Members of each fire department, usually residents of the department's fire suppression area, have a strong desire to help others and serve their communities.
Volunteer firefighters train for emergency response when communities call. The call may come at any time, and in almost every situation, sometimes under stressful and emotional circumstances.
Our volunteers tell us about the tremendous rewards that come with their work. We know there are other people out there with the same courage, commitment and compassion.
We want to welcome you into the team at your local fire hall.
Weekly training sessions ensure the best possible response time, knowledge of the most appropriate techniques for each situation and familiarization with the very specialized equipment required for firefighting and safety. Firefighters are members of the community with a will to improve their skills while protecting life and property.
- A Valid Driver's License (minimum)
- Minimum 18 years of age
- Physically able to perform tasks and duties of the job
- Able to commit to training
- Live and/or work in the response area
Fire Practice is on Tuesday at 7 pm for most CSRD volunteer fire departments. However, Falkland practices on Wednesdays and Silver Creek on Thursday nights.

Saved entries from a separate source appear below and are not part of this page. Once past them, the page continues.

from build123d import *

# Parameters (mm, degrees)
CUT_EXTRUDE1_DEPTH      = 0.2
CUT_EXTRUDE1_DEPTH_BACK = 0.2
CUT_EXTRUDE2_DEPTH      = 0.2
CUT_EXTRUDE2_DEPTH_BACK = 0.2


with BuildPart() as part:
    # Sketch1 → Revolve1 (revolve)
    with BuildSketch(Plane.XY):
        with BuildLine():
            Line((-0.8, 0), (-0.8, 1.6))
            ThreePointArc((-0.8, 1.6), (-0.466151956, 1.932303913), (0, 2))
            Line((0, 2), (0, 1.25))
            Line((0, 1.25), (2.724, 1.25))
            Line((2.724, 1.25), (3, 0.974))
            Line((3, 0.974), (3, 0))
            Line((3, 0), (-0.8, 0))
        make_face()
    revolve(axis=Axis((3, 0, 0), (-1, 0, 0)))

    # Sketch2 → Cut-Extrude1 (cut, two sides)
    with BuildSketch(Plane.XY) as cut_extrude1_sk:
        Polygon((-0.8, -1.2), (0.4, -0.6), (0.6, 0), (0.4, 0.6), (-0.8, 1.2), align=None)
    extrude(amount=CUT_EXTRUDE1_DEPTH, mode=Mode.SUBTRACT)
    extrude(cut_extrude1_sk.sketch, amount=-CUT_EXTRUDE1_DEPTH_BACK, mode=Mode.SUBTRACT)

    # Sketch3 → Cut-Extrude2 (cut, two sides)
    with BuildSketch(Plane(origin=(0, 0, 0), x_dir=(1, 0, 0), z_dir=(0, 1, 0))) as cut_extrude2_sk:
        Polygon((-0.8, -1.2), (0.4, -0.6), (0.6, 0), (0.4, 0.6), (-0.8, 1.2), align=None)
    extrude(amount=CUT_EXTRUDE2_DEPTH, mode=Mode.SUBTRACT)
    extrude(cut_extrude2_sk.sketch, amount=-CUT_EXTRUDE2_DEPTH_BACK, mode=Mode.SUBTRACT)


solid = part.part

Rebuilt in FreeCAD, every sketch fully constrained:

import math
import FreeCAD as App
import Part
import Sketcher
from FreeCAD import Vector
Q = App.Units.Quantity

doc = App.newDocument("Part")
body = doc.addObject("PartDesign::Body", "Body")

# Sketch on XY plane
sketch1 = body.newObject("Sketcher::SketchObject", "Sketch")
sketch1.AttachmentSupport = (doc.getObject("XY_Plane"), [""])
sketch1.MapMode = "FlatFace"
sketch1.addGeometry([
    Part.LineSegment(Vector(-0.8, 1.6, 0), Vector(-0.8, 0, 0)),  # 0
    Part.LineSegment(Vector(-0.8, 0, 0), Vector(3, 0, 0)),  # 1
    Part.LineSegment(Vector(3, 0, 0), Vector(3, 0.97, 0)),  # 2
    Part.LineSegment(Vector(3, 0.97, 0), Vector(2.72, 1.25, 0)),  # 3
    Part.LineSegment(Vector(2.72, 1.25, 0), Vector(0, 1.25, 0)),  # 4
    Part.LineSegment(Vector(0, 1.25, 0), Vector(0, 2, 0)),  # 5
    Part.ArcOfCircle(Part.Circle(Vector(-0.13, 1.26, 0), Vector(0, 0, 1), 0.75), math.radians(80), math.radians(153)),  # 6
], False)
sketch1.addConstraint([
    Sketcher.Constraint("Coincident", 0, 2, 1, 1),
    Sketcher.Constraint("Coincident", 1, 2, 2, 1),
    Sketcher.Constraint("Coincident", 2, 2, 3, 1),
    Sketcher.Constraint("Coincident", 3, 2, 4, 1),
    Sketcher.Constraint("Coincident", 4, 2, 5, 1),
    Sketcher.Constraint("Coincident", 5, 2, 6, 1),
    Sketcher.Constraint("Coincident", 6, 2, 0, 1),
    Sketcher.Constraint("Vertical", 0),
    Sketcher.Constraint("Horizontal", 1),
    Sketcher.Constraint("Vertical", 2),
    Sketcher.Constraint("Horizontal", 4),
    Sketcher.Constraint("Vertical", 5),
    Sketcher.Constraint("PointOnObject", 0, 2, -1),
    Sketcher.Constraint("PointOnObject", 4, 2, -2),
    Sketcher.Constraint("Angle", 3, Q("135 deg")),
    Sketcher.Constraint("Radius", 6, Q("0.75 mm")),
    Sketcher.Constraint("DistanceX", 1, 1, 1, 2, Q("3.8 mm")),
    Sketcher.Constraint("DistanceY", 0, 2, 0, 1, Q("1.6 mm")),
    Sketcher.Constraint("DistanceX", -1, 1, 1, 2, Q("3 mm")),
    Sketcher.Constraint("DistanceY", -1, 1, 5, 2, Q("2 mm")),
    Sketcher.Constraint("DistanceY", 5, 1, 5, 2, Q("0.75 mm")),
    Sketcher.Constraint("DistanceX", 4, 2, 4, 1, Q("2.724 mm")),
])
revolution = body.newObject("PartDesign::Revolution", "Revolution")
revolution.Profile = sketch1
revolution.ReferenceAxis = (sketch1, ["H_Axis"])
revolution.Angle = 360

# Sketch on XY plane
sketch2 = body.newObject("Sketcher::SketchObject", "Sketch001")
sketch2.AttachmentSupport = (doc.getObject("XY_Plane"), [""])
sketch2.MapMode = "FlatFace"
sketch2.addGeometry([
    Part.LineSegment(Vector(-0.8, -1.2, 0), Vector(0.4, -0.6, 0)),  # 0
    Part.LineSegment(Vector(0.4, -0.6, 0), Vector(0.6, 0, 0)),  # 1
    Part.LineSegment(Vector(0.6, 0, 0), Vector(0.4, 0.6, 0)),  # 2
    Part.LineSegment(Vector(0.4, 0.6, 0), Vector(-0.8, 1.2, 0)),  # 3
    Part.LineSegment(Vector(-0.8, 1.2, 0), Vector(-0.8, -1.2, 0)),  # 4
], False)
sketch2.addConstraint([
    Sketcher.Constraint("Coincident", 0, 2, 1, 1),
    Sketcher.Constraint("Coincident", 1, 2, 2, 1),
    Sketcher.Constraint("Coincident", 2, 2, 3, 1),
    Sketcher.Constraint("Coincident", 3, 2, 4, 1),
    Sketcher.Constraint("Coincident", 4, 2, 0, 1),
    Sketcher.Constraint("Vertical", 4),
    Sketcher.Constraint("Symmetric", 0, 2, 2, 2, -1),
    Sketcher.Constraint("PointOnObject", 1, 2, -1),
    Sketcher.Constraint("Equal", 0, 3),
    Sketcher.Constraint("DistanceY", 4, 2, 4, 1, Q("2.4 mm")),
    Sketcher.Constraint("DistanceX", -1, 1, 0, 2, Q("0.4 mm")),
    Sketcher.Constraint("DistanceY", 0, 2, -1, 1, Q("0.6 mm")),
    Sketcher.Constraint("DistanceX", -1, 1, 1, 2, Q("0.6 mm")),
    Sketcher.Constraint("DistanceX", 3, 2, -1, 1, Q("0.8 mm")),
])
pocket1 = body.newObject("PartDesign::Pocket", "Pocket")
pocket1.Profile = sketch2
pocket1.Type = "TwoLengths"
pocket1.Length = 0.2
pocket1.Length2 = 0.2
pocket1.Reversed = True

# Sketch on XZ plane
sketch3 = body.newObject("Sketcher::SketchObject", "Sketch002")
sketch3.AttachmentSupport = (doc.getObject("XZ_Plane"), [""])
sketch3.MapMode = "FlatFace"
sketch3.addGeometry([
    Part.LineSegment(Vector(-0.8, 1.2, 0), Vector(0.4, 0.6, 0)),  # 0
    Part.LineSegment(Vector(0.4, 0.6, 0), Vector(0.6, 0, 0)),  # 1
    Part.LineSegment(Vector(0.6, 0, 0), Vector(0.4, -0.6, 0)),  # 2
    Part.LineSegment(Vector(0.4, -0.6, 0), Vector(-0.8, -1.2, 0)),  # 3
    Part.LineSegment(Vector(-0.8, -1.2, 0), Vector(-0.8, 1.2, 0)),  # 4
], False)
sketch3.addConstraint([
    Sketcher.Constraint("Coincident", 0, 2, 1, 1),
    Sketcher.Constraint("Coincident", 1, 2, 2, 1),
    Sketcher.Constraint("Coincident", 2, 2, 3, 1),
    Sketcher.Constraint("Coincident", 3, 2, 4, 1),
    Sketcher.Constraint("Coincident", 4, 2, 0, 1),
    Sketcher.Constraint("Vertical", 4),
    Sketcher.Constraint("Symmetric", 0, 2, 2, 2, -1),
    Sketcher.Constraint("PointOnObject", 1, 2, -1),
    Sketcher.Constraint("Equal", 0, 3),
    Sketcher.Constraint("DistanceY", 4, 1, 4, 2, Q("2.4 mm")),
    Sketcher.Constraint("DistanceX", -1, 1, 0, 2, Q("0.4 mm")),
    Sketcher.Constraint("DistanceY", -1, 1, 0, 2, Q("0.6 mm")),
    Sketcher.Constraint("DistanceX", -1, 1, 1, 2, Q("0.6 mm")),
    Sketcher.Constraint("DistanceX", 3, 2, -1, 1, Q("0.8 mm")),
])
pocket2 = body.newObject("PartDesign::Pocket", "Pocket001")
pocket2.Profile = sketch3
pocket2.Type = "TwoLengths"
pocket2.Length = 0.2
pocket2.Length2 = 0.2

doc.recompute()
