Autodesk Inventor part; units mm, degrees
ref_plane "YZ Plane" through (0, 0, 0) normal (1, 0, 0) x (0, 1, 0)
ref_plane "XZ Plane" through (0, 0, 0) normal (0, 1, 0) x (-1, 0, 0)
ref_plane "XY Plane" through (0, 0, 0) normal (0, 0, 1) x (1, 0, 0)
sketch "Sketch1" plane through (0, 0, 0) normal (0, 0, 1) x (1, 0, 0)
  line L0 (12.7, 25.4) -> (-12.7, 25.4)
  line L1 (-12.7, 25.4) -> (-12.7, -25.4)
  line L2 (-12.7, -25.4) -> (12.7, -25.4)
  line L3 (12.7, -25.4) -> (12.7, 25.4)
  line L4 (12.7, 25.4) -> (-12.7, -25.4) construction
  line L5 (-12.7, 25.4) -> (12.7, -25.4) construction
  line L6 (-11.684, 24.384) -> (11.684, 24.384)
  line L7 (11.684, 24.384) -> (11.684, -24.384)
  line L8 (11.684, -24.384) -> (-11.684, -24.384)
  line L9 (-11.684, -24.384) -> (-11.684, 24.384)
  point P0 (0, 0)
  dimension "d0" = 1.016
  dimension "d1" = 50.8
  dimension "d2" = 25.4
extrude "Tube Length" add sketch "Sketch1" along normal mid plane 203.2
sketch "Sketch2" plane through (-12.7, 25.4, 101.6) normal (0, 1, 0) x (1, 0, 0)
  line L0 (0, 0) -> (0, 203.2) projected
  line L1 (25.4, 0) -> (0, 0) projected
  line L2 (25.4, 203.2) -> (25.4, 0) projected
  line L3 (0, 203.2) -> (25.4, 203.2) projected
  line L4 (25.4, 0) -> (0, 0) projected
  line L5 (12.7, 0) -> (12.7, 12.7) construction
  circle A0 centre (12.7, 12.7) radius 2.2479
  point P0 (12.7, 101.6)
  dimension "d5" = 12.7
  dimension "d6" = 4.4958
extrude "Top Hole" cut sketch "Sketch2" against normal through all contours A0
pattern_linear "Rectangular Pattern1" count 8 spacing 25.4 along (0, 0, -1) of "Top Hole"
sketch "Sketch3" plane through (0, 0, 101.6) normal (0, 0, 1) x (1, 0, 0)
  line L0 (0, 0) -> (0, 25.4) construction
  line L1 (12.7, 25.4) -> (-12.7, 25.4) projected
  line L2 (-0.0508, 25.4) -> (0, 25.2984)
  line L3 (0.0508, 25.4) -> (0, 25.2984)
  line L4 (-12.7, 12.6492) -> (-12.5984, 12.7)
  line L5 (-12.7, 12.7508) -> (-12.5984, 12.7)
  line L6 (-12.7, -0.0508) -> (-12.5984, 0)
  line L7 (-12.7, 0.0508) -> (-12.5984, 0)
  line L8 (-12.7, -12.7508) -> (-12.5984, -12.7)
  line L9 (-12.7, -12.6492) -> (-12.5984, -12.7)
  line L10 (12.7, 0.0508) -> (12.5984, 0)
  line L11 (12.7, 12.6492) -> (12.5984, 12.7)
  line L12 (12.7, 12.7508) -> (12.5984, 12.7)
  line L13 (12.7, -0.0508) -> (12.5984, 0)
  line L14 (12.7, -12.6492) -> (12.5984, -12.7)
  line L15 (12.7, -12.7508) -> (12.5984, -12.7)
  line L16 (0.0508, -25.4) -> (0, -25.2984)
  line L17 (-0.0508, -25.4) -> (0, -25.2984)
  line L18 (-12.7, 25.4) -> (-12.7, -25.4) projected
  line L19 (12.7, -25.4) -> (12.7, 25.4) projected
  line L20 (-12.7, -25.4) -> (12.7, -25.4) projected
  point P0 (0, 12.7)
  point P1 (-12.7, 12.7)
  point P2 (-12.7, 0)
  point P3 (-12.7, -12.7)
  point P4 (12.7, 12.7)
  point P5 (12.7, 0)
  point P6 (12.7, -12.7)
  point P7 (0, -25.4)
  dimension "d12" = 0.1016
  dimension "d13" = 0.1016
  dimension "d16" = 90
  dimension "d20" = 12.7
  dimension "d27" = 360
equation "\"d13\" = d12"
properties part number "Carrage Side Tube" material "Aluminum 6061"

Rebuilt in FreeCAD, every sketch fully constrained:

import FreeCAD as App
import Part
import Sketcher
from FreeCAD import Vector
Q = App.Units.Quantity


def add_polygon(sketch, points):
    """Adds a closed chain of lines whose ends are joined by coincident constraints."""
    first, n = sketch.GeometryCount, len(points)
    for a, b in zip(points, points[1:] + points[:1]):
        sketch.addGeometry(Part.LineSegment(App.Vector(*a, 0), App.Vector(*b, 0)), False)
    for i in range(n):
        sketch.addConstraint(Sketcher.Constraint("Coincident", first + i, 2, first + (i + 1) % n, 1))

doc = App.newDocument("Part")
body = doc.addObject("PartDesign::Body", "Body")

# Sketch on XY plane
sketch1 = doc.addObject("Sketcher::SketchObject", "Sketch")
body.addObject(sketch1)
sketch1.AttachmentSupport = (doc.XY_Plane, [""])
sketch1.MapMode = "FlatFace"
add_polygon(sketch1, [(13, -25), (13, 25), (-13, 25), (-13, -25)])  # lines 0-3
add_polygon(sketch1, [(-12, -24), (-12, 24), (12, 24), (12, -24)])  # lines 4-7
sketch1.addConstraint([
    Sketcher.Constraint("Vertical", 0),
    Sketcher.Constraint("Horizontal", 1),
    Sketcher.Constraint("Vertical", 2),
    Sketcher.Constraint("Horizontal", 3),
    Sketcher.Constraint("Vertical", 4),
    Sketcher.Constraint("Horizontal", 5),
    Sketcher.Constraint("Vertical", 6),
    Sketcher.Constraint("Horizontal", 7),
    Sketcher.Constraint("Symmetric", 0, 2, 2, 2, -1, 1),
    Sketcher.Constraint("Symmetric", 4, 2, 6, 2, -1, 1),
    Sketcher.Constraint("DistanceX", 1, 2, 1, 1, Q("1 in")),
    Sketcher.Constraint("DistanceY", 0, 1, 0, 2, Q("2 in")),
    Sketcher.Constraint("DistanceX", 1, 2, 4, 2, Q("0.04 in")),
    Sketcher.Constraint("DistanceY", 4, 2, 1, 2, Q("0.04 in")),
])
pad1 = doc.addObject("PartDesign::Pad", "Pad")
body.addObject(pad1)
pad1.Profile = sketch1
pad1.Length = Q("8 in")
pad1.Midplane = True

# Sketch on XZ plane
sketch2 = doc.addObject("Sketcher::SketchObject", "Sketch001")
body.addObject(sketch2)
sketch2.AttachmentSupport = (doc.XZ_Plane, [""])
sketch2.MapMode = "FlatFace"
sketch2.AttachmentOffset = App.Placement(Vector(0, 0, -1 * 25.4), App.Rotation())
sketch2.addGeometry(Part.Circle(Vector(0, 88.9, 0), Vector(0, 0, 1), 2.2), False)
sketch2.addConstraint([
    Sketcher.Constraint("PointOnObject", 0, 3, -2),
    Sketcher.Constraint("Diameter", 0, Q("0.177 in")),
    Sketcher.Constraint("DistanceY", -1, 1, 0, 3, Q("3.5 in")),
])
pocket1 = doc.addObject("PartDesign::Pocket", "Pocket")
body.addObject(pocket1)
pocket1.Profile = sketch2
pocket1.Type = "ThroughAll"
pocket1.Reversed = True
doc.recompute()

linearpattern = doc.addObject("PartDesign::LinearPattern", "LinearPattern")
body.addObject(linearpattern)
linearpattern.Originals = [pocket1]
linearpattern.Direction = (doc.Z_Axis, [""])
linearpattern.Mode = "offset"
linearpattern.Offset = Q("1 in")
linearpattern.Occurrences = 8
linearpattern.Reversed = True
body.Tip = linearpattern

doc.recompute()
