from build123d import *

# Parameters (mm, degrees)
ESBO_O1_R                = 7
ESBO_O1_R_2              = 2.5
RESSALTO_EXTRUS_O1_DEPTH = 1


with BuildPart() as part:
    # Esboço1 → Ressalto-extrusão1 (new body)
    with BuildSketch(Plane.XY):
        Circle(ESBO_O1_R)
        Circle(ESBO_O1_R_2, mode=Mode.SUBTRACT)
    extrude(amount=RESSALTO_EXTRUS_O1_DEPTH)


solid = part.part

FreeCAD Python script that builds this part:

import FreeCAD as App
import Part
import Sketcher
from FreeCAD import Vector
Q = App.Units.Quantity

doc = App.newDocument("Part")
params = doc.addObject("Spreadsheet::Sheet", "Params")
for row, (alias, value) in enumerate([
    ("sketch1_diameter", "14 mm"),
    ("sketch1_diameter2", "5 mm"),
    ("pad1_length", "1 mm"),
], start=1):
    params.set(f"A{row}", alias)
    params.set(f"B{row}", "=" + value)
    params.setAlias(f"B{row}", alias)

body = doc.addObject("PartDesign::Body", "Body")

# Sketch on XY plane
sketch1 = body.newObject("Sketcher::SketchObject", "Sketch")
sketch1.AttachmentSupport = (doc.getObject("XY_Plane"), [""])
sketch1.MapMode = "FlatFace"
sketch1.addGeometry([
    Part.Circle(Vector(0, 0, 0), Vector(0, 0, 1), 7),
    Part.Circle(Vector(0, 0, 0), Vector(0, 0, 1), 2.5),
], False)
sketch1.addConstraint([
    Sketcher.Constraint("Coincident", 0, 3, -1, 1),
    Sketcher.Constraint("Coincident", 1, 3, -1, 1),
    Sketcher.Constraint("Diameter", 0, Q("14 mm")),
    Sketcher.Constraint("Diameter", 1, Q("5 mm")),
])
sketch1.setExpression("Constraints[2]", "Params.sketch1_diameter")
sketch1.setExpression("Constraints[3]", "Params.sketch1_diameter2")
pad1 = body.newObject("PartDesign::Pad", "Pad")
pad1.Profile = sketch1
pad1.setExpression("Length", "Params.pad1_length")

doc.recompute()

Potential Recruits & Volunteers
Potential recruits are always welcome to come, watch and find out more. Other types of positions may be available in your local fire department if you'd like to contribute your talents through other opportunities. Examples include administration, fundraising, or public education.
If you are interested in volunteering or simply want more information about your local fire department, please contact the area Fire Chief or the CSRD Fire Services Coordinator, Sean Coubrough at 250-833-5955. You can also email the fire department.
Becoming a Firefighter
What you need to know:
- No previous experience is necessary to become a volunteer firefighter and volunteers train to professional standards.
- Volunteer firefighters are all ages, male and female, and come from many diverse backgrounds.
- Volunteers are paid on-call for their response, training and practices.
- All required personal protective equipment and training are provided, there are no out-of-pocket costs.
- Volunteer firefighters commit to two hours a week of training at their local fire hall.
- Volunteer firefighters receive insurance coverage through WorkSafe BC, 24 hour accident insurance coverage and $100,000 life insurance in case of accidental death.
- The federal government provides tax credits to volunteer firefighters who serve at least 200 hours per year.